George E. Davenport, a fern expert, botanical writer, and photographer (some of his papers and about 700 of his specimens are housed at Harvard), was also a tireless advocate, along with landscape architect Charles Eliot, A.B. 1882, son of Harvard president Charles William Eliot, and a founder of what’s now the Massachusetts-based Trustees, the first private, nonprofit conservation organization in the country.
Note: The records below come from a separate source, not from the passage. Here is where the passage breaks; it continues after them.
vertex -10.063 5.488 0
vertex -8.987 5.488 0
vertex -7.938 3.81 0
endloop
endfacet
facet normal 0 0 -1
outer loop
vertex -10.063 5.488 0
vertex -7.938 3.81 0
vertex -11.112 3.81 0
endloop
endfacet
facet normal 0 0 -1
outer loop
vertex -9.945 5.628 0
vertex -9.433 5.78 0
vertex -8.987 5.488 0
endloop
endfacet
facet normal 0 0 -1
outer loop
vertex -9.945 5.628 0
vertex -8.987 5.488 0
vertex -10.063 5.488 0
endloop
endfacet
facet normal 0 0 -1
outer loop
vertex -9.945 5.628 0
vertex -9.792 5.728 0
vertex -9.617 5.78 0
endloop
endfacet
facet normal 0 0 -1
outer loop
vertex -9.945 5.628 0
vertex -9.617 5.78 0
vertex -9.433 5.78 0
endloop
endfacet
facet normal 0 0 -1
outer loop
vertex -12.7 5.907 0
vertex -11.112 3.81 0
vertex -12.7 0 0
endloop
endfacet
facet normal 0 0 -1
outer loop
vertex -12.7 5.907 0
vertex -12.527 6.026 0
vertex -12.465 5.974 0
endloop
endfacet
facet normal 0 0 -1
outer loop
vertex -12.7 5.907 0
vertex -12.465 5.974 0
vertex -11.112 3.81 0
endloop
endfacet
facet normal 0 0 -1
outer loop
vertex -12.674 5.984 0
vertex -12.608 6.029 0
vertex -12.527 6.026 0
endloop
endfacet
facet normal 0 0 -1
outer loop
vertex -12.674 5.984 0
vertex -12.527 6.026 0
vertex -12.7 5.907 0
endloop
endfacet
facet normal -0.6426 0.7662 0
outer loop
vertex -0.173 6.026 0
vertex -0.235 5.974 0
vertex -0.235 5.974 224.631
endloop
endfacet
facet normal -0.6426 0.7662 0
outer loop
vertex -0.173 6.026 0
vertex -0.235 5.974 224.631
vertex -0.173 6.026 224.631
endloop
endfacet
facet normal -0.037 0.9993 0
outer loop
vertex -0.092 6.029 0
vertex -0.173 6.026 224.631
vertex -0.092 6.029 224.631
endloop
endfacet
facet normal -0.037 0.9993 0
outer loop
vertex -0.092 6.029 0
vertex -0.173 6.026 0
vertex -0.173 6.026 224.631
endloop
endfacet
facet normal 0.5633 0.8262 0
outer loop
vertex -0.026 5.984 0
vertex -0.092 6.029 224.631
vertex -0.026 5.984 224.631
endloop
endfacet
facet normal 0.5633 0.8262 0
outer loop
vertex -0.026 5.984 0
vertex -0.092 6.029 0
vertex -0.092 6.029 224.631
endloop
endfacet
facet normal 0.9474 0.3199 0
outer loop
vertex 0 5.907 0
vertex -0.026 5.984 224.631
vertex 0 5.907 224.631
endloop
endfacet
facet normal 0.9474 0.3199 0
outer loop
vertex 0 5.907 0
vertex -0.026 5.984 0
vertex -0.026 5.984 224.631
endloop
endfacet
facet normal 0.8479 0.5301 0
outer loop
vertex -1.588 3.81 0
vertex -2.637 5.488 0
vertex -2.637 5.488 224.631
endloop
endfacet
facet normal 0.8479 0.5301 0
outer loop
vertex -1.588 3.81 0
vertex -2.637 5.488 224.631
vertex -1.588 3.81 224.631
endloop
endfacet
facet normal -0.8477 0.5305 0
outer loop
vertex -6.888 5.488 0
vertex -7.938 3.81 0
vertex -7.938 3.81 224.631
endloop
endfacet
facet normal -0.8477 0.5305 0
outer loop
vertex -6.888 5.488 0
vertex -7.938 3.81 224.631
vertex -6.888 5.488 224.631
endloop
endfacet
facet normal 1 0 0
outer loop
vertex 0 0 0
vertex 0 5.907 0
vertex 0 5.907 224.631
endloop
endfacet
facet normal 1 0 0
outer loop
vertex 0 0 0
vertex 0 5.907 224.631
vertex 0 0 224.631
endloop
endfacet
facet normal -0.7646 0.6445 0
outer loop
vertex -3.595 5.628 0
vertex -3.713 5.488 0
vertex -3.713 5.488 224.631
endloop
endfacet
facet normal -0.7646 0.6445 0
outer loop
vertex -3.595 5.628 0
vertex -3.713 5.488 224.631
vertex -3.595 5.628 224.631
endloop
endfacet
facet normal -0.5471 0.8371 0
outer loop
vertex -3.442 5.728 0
Wright and Flagg formed the Middlesex Fells Association in 1880, and by 1893, the fledgling Metropolitan Park Commission (in which Eliot and Baxter played pivotal roles) had established not only the Fells, but the Blue Hills, Stony Brook, and Beaver Brook Reservations. The firm founded by Frederick Law Olmsted, A.M. 1864, LL.D. ’93, with Eliot in a new lead role there, was commissioned to design many elements of the multi-park system.
Photograph by Mike Ryan
Everywhere across the Fells is evidence of these concerted—and continuing—efforts to protect and enjoy the land. On the tree hike, Kittredge highlights the threats of invasive plants, the dire need for trees in society, and the problem of mountain bikers gouging “rogue trails” that destroy the forest floor. Walkers snap photos and scribble notes about leaf and branch configurations. Kids skip about, finding pinecones. Parents carrying babies, and elders with walking sticks, take the trail more slowly, talking together. “It’s nice to connect people with trees and the natural history here,” says Earthwise Aware president O’Neill, a regular on Kittredge’s walks. “There are more than 60,000 species of trees in the world, 1,000 native in the United States. You cannot know them all. It’s very humbling. But, you aregoing to learn somethingnew each time you go out.”
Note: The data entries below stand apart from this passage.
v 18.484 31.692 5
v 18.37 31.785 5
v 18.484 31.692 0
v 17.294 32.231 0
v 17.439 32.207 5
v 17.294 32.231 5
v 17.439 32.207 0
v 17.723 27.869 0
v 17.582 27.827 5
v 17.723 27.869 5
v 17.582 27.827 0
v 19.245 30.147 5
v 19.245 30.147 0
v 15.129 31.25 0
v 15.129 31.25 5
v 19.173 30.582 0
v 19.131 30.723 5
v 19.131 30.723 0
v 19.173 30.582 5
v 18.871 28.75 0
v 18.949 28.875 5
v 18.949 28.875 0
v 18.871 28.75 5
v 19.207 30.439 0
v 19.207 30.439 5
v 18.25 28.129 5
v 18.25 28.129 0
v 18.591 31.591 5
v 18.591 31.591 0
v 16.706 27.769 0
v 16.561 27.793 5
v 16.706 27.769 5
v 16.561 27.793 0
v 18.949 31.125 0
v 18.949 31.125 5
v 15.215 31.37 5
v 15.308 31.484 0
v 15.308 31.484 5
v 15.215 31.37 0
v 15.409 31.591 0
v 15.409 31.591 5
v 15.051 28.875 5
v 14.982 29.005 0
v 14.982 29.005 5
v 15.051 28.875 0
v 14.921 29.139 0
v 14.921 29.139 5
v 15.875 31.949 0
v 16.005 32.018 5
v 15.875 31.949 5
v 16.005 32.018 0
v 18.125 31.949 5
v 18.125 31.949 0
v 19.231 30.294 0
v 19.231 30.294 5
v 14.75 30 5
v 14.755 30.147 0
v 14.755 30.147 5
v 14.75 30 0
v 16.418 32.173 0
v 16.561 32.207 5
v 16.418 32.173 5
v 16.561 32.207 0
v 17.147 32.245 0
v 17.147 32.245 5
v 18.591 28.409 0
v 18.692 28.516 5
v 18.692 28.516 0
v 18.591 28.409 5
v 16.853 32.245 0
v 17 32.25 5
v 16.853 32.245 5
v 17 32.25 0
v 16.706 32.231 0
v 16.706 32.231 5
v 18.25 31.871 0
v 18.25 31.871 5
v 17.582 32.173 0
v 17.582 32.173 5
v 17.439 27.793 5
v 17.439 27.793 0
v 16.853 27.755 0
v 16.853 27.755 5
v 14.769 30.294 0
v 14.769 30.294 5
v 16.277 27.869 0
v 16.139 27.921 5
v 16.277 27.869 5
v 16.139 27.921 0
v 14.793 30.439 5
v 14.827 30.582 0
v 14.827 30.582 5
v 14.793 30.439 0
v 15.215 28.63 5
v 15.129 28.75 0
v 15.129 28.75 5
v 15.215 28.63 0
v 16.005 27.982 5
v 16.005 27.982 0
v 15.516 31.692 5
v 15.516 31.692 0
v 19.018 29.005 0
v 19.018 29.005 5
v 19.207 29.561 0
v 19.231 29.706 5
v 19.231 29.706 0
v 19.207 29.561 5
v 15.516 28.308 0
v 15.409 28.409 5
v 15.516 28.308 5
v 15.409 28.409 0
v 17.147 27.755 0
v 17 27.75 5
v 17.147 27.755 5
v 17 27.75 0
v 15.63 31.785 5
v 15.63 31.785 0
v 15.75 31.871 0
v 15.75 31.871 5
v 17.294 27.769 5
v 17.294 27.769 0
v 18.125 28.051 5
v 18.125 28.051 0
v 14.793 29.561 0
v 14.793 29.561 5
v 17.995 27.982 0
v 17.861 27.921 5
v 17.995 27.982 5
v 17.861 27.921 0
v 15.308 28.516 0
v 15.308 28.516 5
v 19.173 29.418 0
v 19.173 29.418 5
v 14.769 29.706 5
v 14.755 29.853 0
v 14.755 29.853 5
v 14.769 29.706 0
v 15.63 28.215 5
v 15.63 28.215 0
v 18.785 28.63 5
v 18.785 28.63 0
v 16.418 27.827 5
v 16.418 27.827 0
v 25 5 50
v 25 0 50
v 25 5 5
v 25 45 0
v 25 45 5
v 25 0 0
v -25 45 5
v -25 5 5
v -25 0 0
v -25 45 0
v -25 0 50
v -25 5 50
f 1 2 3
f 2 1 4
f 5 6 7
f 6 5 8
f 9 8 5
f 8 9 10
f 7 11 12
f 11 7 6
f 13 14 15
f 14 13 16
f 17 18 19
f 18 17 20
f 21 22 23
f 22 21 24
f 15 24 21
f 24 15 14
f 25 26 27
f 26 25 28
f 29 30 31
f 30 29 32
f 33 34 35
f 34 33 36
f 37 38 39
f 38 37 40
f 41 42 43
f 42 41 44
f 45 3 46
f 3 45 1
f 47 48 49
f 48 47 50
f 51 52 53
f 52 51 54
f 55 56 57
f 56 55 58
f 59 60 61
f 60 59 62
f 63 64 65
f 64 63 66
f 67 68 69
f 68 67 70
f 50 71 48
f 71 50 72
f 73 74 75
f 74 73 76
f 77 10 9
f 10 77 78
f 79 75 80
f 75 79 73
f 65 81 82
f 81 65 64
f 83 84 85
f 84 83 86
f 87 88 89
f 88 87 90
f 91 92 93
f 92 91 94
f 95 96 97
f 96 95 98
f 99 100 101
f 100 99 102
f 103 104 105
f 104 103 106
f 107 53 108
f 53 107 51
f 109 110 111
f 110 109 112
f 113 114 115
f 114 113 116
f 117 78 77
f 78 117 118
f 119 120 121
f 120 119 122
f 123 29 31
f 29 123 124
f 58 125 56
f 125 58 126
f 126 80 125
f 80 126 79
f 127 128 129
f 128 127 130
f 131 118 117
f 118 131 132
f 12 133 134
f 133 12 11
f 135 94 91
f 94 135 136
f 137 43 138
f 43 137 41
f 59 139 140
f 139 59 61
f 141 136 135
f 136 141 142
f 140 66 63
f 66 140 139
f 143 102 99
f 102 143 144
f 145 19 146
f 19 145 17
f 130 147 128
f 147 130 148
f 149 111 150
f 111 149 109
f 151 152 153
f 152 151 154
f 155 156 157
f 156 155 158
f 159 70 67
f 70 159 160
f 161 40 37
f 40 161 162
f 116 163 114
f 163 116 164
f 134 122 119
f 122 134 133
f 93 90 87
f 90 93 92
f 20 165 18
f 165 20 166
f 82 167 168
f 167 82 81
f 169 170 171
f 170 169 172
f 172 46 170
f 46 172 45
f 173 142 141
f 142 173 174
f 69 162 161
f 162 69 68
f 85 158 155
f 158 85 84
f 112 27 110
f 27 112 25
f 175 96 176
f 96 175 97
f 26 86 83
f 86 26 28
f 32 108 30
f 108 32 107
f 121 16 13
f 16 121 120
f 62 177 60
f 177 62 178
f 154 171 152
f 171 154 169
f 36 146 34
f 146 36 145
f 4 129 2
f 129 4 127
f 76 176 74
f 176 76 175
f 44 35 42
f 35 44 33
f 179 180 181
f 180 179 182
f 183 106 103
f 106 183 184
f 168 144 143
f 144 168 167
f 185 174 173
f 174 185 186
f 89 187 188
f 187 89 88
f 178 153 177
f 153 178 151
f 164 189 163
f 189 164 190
Kittredge has researched plant life in the Fells, co-authoring a nine-year study of changes in vascular fauna, and is currently conducting work on mosses and lichen. His hikes help people “value the forest for more than just recreation,” he says, making up for the “lack of nature education in our school systems.” He stops, for example, to explain a talus slope, and how the zone’s rich topsoil has long nourished a sugar maple-oak-hickory forest. “And you see that?” He points off the trail to a bitternut hickory tree. At 90 feet and 30 inches dbh (diameter at breast height), “it’s the largest tree of its kind in the Fells. It’s huge. And it’s probably not long for this world,” he adds, as walkers look on, wide-eyed. Then he smiles. “But its progeny are all over these woods.”